Emergent Strategy: Shaping Change, Changing Worlds, by Adrienne Maree Brown. Inspired by Octavia Butler’s explorations of our human relationship to change, Emergent Strategy is radical self-help, society-help, and planet-help designed to shape the futures we want to live. Change is constant. The world is in a continual state of flux. It is a stream of ever-mutating, emergent patterns. Rather than steel ourselves against such change, this book invites us to feel, map, assess, and learn from the swirling patterns around us in order to better understand and influence them as they happen. This is a resolutely materialist “spirituality” based equally on science and science fiction, a visionary incantation to transform that which ultimately transforms us. (Source: Goodreads)
When They Call You a Terrorist: A Black Lives Matter Memoir by Patrisse Khan-Cullors, Asha Bandele. A poetic and powerful memoir about what it means to be a Black woman in America—and the co-founding of a movement that demands justice for all in the land of the free. Condemned as terrorists and as a threat to America, these loving women founded a hashtag that birthed the movement to demand accountability from the authorities who continually turn a blind eye to the injustices inflicted upon people of Black and Brown skin. When They Call You a Terrorist is Patrisse Khan-Cullors and asha bandele’s reflection on humanity. It is an empowering account of survival, strength and resilience and a call to action to change the culture that declares innocent Black life expendable. (Source: Goodreads)
Freedom Is a Constant Struggle: Ferguson, Palestine and the Foundations of a Movement by Angela Davis. In these newly collected essays, interviews, and speeches, world-renowned activist and scholar Angela Y. Davis illuminates the connections between struggles against state violence and oppression throughout history and around the world.
Reflecting on the importance of black feminism, intersectionality, and prison abolitionism for today’s struggles, Davis discusses the legacies of previous liberation struggles, from the Black Freedom Movement to the South African anti-Apartheid movement. She highlights connections and analyzes today’s struggles against state terror, from Ferguson to Palestine.
Facing a world of outrageous injustice, Davis challenges us to imagine and build the movement for human liberation. And in doing so, she reminds us that “Freedom is a constant struggle.”
(You can also connect with me on Goodreads or scroll to the bottom of this page to see what’s on my reading list, I update it frequently)

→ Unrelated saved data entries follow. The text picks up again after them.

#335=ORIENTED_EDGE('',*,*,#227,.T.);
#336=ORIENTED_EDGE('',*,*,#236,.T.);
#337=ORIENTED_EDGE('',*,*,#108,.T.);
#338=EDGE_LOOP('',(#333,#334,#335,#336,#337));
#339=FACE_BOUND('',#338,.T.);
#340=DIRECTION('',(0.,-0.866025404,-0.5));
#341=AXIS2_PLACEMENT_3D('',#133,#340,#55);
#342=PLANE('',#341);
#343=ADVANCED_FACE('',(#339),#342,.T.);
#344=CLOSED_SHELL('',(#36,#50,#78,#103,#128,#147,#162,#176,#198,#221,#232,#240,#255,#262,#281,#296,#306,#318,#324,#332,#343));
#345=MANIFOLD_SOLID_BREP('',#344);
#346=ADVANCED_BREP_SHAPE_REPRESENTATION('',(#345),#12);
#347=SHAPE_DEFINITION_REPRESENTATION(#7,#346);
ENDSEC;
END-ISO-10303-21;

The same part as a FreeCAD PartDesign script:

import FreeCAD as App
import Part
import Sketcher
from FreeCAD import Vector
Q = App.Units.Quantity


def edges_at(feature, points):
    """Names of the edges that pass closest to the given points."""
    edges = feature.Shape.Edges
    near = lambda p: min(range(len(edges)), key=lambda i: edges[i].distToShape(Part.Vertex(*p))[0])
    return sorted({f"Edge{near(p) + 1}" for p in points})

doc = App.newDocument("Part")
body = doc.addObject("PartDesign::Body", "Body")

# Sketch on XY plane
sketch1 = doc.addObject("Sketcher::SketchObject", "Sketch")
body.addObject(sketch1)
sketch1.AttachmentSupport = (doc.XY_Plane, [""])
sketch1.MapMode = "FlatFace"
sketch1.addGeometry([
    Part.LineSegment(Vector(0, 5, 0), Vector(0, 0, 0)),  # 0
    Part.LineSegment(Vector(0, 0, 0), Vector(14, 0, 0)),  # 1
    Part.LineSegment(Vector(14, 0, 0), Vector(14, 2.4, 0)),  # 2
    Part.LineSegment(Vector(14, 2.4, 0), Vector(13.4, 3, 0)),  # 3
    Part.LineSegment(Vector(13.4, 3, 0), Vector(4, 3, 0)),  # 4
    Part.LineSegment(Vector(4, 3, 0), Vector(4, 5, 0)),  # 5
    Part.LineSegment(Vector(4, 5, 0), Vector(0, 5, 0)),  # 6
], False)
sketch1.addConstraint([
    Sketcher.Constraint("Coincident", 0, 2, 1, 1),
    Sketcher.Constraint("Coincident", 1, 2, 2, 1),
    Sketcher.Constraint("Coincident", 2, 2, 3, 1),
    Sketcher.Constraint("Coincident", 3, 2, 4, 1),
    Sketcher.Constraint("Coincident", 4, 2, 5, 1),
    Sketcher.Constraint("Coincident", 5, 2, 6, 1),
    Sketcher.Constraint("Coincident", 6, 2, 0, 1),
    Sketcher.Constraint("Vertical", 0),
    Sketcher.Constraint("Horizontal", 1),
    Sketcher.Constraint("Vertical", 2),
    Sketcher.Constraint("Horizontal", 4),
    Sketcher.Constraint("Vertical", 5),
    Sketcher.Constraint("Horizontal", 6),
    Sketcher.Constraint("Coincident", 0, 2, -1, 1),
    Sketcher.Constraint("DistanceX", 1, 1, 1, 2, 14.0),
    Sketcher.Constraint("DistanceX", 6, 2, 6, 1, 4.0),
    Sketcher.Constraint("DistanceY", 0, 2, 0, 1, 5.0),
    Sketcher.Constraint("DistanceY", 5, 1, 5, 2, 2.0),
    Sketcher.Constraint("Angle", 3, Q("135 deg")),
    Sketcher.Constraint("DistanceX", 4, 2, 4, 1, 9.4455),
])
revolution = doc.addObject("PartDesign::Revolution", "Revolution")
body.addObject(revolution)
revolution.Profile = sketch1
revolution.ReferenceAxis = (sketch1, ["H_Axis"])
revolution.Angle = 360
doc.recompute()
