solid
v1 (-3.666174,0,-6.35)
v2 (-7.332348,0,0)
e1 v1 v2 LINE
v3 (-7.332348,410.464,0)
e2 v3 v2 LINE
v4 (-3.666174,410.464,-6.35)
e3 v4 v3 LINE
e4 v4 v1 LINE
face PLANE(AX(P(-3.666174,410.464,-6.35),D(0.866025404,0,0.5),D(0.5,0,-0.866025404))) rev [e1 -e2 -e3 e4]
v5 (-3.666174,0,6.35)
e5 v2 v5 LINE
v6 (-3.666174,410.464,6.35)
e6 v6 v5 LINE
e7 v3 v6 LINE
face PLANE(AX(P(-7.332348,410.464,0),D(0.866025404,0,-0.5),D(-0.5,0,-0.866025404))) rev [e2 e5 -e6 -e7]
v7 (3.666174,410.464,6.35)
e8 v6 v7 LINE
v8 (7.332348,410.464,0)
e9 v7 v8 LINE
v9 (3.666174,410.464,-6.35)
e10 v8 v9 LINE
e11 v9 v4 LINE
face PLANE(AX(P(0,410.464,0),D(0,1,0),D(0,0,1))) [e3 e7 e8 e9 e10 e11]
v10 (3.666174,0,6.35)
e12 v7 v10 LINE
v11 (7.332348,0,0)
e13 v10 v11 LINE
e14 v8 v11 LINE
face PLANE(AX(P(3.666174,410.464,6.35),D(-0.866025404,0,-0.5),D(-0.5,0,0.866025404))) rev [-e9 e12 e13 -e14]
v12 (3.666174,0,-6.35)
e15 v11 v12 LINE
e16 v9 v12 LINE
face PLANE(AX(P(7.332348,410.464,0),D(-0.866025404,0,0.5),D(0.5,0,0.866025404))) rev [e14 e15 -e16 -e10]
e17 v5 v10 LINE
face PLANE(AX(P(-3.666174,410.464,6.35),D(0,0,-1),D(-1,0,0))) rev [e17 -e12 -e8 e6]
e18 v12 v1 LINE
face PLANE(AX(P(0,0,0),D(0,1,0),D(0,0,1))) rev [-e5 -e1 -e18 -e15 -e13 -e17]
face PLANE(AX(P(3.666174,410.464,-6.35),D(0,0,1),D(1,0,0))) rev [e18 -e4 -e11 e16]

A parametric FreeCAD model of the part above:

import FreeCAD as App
import Part
import Sketcher
from FreeCAD import Vector
Q = App.Units.Quantity


def add_polygon(sketch, points):
    """Adds a closed chain of lines whose ends are joined by coincident constraints."""
    first, n = sketch.GeometryCount, len(points)
    for a, b in zip(points, points[1:] + points[:1]):
        sketch.addGeometry(Part.LineSegment(App.Vector(*a, 0), App.Vector(*b, 0)), False)
    for i in range(n):
        sketch.addConstraint(Sketcher.Constraint("Coincident", first + i, 2, first + (i + 1) % n, 1))

doc = App.newDocument("Part")
params = doc.addObject("Spreadsheet::Sheet", "Params")
for row, (alias, value) in enumerate([
    ("pad1_length", "16.16 in"),
], start=1):
    params.set(f"A{row}", alias)
    params.set(f"B{row}", "=" + value)
    params.setAlias(f"B{row}", alias)

body = doc.addObject("PartDesign::Body", "Body")

# Sketch on XZ plane
sketch1 = body.newObject("Sketcher::SketchObject", "Sketch")
sketch1.AttachmentSupport = (doc.getObject("XZ_Plane"), [""])
sketch1.MapMode = "FlatFace"
add_polygon(sketch1, [(4, 6), (7, 0), (4, -6), (-4, -6), (-7, 0), (-4, 6)])  # lines 0-5
sketch1.addConstraint(Sketcher.Constraint("Horizontal", 2))
sketch1.addConstraint(Sketcher.Constraint("Horizontal", 5))
sketch1.addConstraint(Sketcher.Constraint("Symmetric", 0, 2, 3, 2, -1, 1))
sketch1.addConstraint(Sketcher.Constraint("Symmetric", 1, 2, 4, 2, -1, 1))
sketch1.addConstraint(Sketcher.Constraint("PointOnObject", 0, 2, -1))
sketch1.addConstraint(Sketcher.Constraint("Parallel", 0, 3))
sketch1.addConstraint(Sketcher.Constraint("Vertical", 2, 2, 4, 2))
sketch1.addConstraint(Sketcher.Constraint("Angle", 0, Q("-60 deg")))
sketch1.addConstraint(Sketcher.Constraint("DistanceY", 2, 2, 4, 2, Q("0.5 in")))
sketch1.addConstraint(Sketcher.Constraint("DistanceX", 2, 2, 2, 1, Q("7.332348 mm")))
pad1 = body.newObject("PartDesign::Pad", "Pad")
pad1.Profile = sketch1
pad1.setExpression("Length", "Params.pad1_length")
pad1.Reversed = True

doc.recompute()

What I’ll be reflecting on when I celebrate Juneteenth
I’m in the middle of reevaluating my career trajectory. I want to challenge myself to think deeper around how I can make sure my path brings value to the fight for freedom my people are championing. In particular, a concept from “Unapologetic” that refuses to leave my soul is being a practitioner of healing justice.
Healing Justice is a framework that identifies how we can holistically respond to and intervene on generational trauma and violence and to bring collective practices that can impact and transform the consequences of oppression on our bodies, hearts and minds. Through this framework we continue to build political and philosophical convergences of healing inside of liberation movements and organizations. (Source: TransformHarm.org)
I see myself in this. Deep down, I know I’m meant to participate in healing.
I am motivated by the words of our beloved Assata Shakur:
“It is our duty to fight for our freedom.
It is our duty to win.
We must love each other and support each other.
We have nothing to lose but our chains.”
When did you start to celebrate Juneteenth? how will you celebrate this year?